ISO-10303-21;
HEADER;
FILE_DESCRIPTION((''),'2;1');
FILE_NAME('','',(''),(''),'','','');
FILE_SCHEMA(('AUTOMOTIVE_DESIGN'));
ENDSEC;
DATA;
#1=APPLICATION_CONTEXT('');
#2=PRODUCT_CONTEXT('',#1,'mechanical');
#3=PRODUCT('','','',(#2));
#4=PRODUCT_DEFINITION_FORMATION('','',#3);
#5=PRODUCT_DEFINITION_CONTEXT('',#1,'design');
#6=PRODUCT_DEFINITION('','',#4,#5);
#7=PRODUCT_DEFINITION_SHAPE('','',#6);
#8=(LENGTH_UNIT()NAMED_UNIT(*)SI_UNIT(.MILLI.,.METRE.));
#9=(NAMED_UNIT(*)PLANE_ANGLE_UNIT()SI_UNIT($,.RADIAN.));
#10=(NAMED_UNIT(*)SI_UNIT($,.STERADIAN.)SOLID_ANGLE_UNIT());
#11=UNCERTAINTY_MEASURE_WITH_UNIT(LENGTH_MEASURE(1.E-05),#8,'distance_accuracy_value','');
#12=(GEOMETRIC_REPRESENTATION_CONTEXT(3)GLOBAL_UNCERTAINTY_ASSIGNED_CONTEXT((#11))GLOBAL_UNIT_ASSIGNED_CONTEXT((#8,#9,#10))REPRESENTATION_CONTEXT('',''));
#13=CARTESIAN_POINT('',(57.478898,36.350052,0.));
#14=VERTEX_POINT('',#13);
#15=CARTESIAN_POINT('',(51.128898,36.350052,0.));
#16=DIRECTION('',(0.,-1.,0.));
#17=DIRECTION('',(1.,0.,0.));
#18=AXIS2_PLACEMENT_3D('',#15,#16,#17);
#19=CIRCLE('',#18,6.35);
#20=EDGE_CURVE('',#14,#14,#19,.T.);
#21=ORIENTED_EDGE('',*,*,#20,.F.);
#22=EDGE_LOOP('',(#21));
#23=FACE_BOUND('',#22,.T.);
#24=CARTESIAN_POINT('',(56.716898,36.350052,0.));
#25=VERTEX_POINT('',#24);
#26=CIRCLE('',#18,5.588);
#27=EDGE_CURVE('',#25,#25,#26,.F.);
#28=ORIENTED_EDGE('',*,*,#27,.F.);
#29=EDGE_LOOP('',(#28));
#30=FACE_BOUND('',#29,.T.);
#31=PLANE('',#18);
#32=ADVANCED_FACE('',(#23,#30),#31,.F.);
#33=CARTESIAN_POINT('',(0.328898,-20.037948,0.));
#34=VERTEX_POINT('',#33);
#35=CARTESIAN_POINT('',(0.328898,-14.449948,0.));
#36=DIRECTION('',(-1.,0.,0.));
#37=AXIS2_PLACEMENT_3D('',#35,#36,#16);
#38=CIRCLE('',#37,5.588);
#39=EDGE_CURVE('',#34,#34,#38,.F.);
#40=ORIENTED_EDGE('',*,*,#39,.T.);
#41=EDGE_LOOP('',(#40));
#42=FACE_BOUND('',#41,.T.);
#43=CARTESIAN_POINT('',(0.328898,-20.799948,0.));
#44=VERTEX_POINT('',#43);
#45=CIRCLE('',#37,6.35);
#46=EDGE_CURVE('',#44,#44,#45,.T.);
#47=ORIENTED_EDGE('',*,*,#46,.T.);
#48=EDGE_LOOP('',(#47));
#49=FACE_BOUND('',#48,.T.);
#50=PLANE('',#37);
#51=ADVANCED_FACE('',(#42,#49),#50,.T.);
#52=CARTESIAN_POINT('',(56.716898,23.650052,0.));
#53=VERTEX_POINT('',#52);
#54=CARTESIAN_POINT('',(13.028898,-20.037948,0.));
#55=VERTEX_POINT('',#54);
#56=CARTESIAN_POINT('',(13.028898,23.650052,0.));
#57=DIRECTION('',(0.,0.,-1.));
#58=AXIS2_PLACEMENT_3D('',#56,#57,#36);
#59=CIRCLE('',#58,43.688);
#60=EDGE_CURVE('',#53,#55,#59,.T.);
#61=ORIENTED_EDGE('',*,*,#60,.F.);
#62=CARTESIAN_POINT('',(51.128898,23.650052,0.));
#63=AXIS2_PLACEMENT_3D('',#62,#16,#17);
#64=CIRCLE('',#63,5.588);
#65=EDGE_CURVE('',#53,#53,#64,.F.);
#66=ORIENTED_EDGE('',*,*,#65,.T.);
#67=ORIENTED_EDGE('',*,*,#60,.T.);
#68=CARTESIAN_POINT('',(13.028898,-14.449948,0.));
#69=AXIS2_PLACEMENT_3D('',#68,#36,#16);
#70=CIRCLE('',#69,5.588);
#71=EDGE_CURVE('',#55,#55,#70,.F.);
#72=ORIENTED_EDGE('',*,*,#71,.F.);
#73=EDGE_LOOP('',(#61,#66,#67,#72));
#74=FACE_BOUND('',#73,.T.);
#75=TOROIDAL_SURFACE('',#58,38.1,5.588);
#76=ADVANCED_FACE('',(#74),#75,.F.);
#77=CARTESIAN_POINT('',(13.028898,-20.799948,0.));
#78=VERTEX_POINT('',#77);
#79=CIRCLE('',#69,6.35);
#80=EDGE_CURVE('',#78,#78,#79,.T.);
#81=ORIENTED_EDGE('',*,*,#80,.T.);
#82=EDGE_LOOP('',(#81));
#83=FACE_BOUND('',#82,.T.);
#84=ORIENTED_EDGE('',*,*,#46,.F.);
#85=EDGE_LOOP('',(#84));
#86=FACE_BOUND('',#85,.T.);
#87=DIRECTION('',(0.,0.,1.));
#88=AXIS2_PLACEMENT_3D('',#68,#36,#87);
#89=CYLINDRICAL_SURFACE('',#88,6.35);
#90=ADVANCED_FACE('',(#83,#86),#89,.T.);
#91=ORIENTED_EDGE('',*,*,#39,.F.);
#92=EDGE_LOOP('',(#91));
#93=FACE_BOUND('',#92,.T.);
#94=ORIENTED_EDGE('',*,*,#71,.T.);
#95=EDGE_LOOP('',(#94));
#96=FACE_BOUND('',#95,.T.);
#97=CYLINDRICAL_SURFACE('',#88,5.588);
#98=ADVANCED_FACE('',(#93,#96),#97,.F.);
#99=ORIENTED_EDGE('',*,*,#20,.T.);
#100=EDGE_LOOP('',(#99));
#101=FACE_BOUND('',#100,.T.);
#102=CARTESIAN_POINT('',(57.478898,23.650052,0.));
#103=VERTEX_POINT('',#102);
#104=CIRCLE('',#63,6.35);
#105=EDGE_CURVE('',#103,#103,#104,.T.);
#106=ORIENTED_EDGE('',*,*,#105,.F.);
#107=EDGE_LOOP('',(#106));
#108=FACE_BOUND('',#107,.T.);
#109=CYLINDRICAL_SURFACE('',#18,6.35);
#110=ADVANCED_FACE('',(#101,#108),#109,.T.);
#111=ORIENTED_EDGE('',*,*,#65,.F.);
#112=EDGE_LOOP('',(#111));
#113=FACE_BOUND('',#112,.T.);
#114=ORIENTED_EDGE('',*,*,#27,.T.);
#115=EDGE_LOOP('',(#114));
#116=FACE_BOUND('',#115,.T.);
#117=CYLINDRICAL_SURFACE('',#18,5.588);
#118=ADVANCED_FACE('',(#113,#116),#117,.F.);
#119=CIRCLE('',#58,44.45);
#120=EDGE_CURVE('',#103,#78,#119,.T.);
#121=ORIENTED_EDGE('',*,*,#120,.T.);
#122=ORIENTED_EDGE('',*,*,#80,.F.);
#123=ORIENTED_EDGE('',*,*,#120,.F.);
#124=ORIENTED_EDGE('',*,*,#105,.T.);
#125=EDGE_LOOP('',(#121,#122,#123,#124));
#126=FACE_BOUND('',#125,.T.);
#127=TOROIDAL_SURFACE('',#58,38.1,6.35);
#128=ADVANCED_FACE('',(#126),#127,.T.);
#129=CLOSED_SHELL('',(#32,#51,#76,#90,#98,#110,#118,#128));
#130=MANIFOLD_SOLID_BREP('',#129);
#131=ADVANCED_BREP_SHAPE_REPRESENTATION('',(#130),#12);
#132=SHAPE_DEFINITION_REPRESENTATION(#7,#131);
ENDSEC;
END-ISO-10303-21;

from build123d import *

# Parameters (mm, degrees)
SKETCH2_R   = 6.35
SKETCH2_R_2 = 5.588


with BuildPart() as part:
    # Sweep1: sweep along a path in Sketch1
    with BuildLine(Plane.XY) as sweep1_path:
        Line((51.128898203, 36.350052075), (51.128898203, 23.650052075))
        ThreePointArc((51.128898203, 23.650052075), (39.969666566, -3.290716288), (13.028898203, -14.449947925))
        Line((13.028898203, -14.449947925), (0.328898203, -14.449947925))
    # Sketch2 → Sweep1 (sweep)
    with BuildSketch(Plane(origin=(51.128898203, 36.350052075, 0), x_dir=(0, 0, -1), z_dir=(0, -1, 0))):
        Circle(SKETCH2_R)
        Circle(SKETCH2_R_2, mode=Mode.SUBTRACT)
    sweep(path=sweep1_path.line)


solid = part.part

══════════════════════════════

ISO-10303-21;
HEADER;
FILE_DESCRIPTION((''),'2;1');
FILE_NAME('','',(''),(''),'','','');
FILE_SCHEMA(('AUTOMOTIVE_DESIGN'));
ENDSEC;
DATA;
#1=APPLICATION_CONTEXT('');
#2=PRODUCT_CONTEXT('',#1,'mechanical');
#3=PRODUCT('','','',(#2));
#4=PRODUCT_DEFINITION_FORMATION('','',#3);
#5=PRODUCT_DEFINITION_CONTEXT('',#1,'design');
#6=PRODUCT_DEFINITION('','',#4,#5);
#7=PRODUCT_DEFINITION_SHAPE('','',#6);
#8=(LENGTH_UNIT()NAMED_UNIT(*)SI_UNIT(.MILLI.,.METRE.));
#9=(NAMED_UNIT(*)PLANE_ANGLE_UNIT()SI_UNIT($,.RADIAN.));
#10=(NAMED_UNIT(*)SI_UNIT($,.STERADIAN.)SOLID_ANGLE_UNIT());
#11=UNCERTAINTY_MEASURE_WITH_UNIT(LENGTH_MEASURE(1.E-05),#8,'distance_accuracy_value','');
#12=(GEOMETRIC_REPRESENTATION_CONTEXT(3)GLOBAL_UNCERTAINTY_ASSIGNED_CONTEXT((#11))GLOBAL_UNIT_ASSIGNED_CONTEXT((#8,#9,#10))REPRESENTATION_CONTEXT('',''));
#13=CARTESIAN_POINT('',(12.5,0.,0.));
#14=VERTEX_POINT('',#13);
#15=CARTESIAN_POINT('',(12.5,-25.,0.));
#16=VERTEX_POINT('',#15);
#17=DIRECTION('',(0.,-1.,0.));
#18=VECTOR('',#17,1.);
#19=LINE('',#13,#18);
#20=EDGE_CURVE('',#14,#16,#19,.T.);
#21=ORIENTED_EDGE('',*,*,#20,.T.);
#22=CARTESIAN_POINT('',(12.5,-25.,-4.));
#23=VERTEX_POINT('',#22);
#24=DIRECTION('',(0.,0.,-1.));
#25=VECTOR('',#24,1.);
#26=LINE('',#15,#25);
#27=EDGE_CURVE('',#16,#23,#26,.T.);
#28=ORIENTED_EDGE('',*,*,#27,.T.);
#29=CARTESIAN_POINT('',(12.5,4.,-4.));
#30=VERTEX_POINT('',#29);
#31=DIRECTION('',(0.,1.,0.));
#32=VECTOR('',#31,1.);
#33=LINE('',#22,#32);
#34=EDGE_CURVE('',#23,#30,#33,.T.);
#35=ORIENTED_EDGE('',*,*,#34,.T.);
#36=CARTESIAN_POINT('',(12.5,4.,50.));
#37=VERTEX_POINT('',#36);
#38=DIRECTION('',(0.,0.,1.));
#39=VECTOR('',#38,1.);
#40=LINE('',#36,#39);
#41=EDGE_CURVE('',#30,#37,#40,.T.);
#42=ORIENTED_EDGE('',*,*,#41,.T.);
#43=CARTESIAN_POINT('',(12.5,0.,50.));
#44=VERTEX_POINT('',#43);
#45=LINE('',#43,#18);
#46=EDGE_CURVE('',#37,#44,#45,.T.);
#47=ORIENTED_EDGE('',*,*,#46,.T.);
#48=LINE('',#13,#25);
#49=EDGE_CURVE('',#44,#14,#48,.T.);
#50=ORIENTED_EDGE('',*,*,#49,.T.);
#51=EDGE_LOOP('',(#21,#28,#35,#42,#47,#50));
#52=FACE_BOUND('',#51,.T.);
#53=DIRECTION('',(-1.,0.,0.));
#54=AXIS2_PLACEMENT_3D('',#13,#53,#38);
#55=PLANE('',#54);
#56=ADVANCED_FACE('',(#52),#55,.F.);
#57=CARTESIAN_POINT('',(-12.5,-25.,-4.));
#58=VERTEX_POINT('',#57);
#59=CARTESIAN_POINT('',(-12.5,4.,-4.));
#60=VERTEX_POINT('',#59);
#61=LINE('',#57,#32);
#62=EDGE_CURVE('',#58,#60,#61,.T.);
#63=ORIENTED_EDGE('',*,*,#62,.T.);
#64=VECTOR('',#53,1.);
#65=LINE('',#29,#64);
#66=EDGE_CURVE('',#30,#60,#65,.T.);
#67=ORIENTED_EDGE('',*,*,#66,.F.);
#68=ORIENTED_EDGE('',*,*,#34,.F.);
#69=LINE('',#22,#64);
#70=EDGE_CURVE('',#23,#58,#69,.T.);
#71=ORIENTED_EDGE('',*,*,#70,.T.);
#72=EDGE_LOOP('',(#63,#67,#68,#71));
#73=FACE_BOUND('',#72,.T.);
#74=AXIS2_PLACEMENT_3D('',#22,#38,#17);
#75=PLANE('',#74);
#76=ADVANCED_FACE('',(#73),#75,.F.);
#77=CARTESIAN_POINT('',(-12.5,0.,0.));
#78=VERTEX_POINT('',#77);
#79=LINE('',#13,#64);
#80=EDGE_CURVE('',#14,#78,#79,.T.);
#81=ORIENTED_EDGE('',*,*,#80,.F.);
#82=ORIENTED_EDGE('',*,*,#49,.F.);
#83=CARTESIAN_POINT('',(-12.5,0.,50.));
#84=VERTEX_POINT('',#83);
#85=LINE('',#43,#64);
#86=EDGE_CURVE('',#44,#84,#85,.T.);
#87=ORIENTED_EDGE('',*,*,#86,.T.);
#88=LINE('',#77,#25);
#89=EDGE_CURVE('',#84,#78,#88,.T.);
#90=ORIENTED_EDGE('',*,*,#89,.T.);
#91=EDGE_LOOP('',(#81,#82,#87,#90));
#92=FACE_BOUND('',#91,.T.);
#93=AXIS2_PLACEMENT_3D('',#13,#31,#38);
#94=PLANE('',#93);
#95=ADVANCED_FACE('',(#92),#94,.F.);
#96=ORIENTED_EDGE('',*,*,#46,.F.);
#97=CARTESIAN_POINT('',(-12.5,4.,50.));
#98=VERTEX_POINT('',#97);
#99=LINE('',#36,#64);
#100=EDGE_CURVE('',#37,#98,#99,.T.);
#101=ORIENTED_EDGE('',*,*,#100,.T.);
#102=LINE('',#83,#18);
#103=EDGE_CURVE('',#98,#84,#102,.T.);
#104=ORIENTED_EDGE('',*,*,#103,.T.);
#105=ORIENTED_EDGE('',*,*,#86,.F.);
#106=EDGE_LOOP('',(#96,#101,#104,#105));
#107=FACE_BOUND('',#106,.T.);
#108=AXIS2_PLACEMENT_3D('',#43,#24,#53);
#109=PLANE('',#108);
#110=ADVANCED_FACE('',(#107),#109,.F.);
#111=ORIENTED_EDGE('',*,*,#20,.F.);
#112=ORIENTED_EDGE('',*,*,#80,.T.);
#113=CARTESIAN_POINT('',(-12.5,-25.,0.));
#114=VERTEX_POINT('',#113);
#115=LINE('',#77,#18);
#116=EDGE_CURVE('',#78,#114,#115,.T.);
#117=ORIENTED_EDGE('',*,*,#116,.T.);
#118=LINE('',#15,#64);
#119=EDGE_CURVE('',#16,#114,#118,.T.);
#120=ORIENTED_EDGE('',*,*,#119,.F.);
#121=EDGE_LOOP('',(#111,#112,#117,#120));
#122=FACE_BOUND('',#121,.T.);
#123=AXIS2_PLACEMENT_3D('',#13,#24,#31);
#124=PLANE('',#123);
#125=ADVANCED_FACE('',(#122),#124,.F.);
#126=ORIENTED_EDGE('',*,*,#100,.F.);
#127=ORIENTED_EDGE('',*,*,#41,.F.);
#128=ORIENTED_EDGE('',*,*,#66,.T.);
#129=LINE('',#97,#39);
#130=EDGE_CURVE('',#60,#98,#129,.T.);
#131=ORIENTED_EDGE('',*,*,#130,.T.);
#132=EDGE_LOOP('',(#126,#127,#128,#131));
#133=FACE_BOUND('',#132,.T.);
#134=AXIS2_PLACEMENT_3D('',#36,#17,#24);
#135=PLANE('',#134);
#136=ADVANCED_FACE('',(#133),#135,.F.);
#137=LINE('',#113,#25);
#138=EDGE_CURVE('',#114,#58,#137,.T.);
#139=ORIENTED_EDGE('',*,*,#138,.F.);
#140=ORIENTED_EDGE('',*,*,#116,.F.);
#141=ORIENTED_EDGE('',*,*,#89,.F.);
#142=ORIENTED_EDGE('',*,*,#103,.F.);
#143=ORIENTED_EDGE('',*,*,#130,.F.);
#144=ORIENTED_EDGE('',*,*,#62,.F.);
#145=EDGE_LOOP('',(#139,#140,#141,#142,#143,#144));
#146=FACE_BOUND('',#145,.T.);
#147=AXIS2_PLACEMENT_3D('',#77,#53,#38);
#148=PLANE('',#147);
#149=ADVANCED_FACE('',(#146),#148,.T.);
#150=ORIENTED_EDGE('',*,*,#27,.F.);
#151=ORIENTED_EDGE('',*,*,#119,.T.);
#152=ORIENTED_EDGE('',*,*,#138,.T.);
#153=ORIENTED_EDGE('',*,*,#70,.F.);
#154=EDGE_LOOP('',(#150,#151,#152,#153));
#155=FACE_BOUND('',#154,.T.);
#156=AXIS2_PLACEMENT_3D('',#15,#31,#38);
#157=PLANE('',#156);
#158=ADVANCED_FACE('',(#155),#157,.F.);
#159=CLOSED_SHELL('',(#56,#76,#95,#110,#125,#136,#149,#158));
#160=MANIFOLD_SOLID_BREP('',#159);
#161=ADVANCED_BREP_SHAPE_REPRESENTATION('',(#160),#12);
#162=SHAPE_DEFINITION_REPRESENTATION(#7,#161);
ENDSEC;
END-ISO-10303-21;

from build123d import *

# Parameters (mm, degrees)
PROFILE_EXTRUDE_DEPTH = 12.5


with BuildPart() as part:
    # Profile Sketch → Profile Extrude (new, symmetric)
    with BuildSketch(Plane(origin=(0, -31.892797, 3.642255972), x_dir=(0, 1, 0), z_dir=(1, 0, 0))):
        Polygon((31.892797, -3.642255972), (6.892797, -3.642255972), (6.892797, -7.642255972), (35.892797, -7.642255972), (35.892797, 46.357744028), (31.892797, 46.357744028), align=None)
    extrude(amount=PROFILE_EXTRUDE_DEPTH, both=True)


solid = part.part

══════════════════════════════

WHAT THIS TASK INVOLVES:
What lines in the material above include "DIRECTION"? Copy every one of them.

PROBLEM SOLUTION:
#16=DIRECTION('',(0.,-1.,0.));
#17=DIRECTION('',(1.,0.,0.));
#36=DIRECTION('',(-1.,0.,0.));
#57=DIRECTION('',(0.,0.,-1.));
#87=DIRECTION('',(0.,0.,1.));
#17=DIRECTION('',(0.,-1.,0.));
#24=DIRECTION('',(0.,0.,-1.));
#31=DIRECTION('',(0.,1.,0.));
#38=DIRECTION('',(0.,0.,1.));
#53=DIRECTION('',(-1.,0.,0.));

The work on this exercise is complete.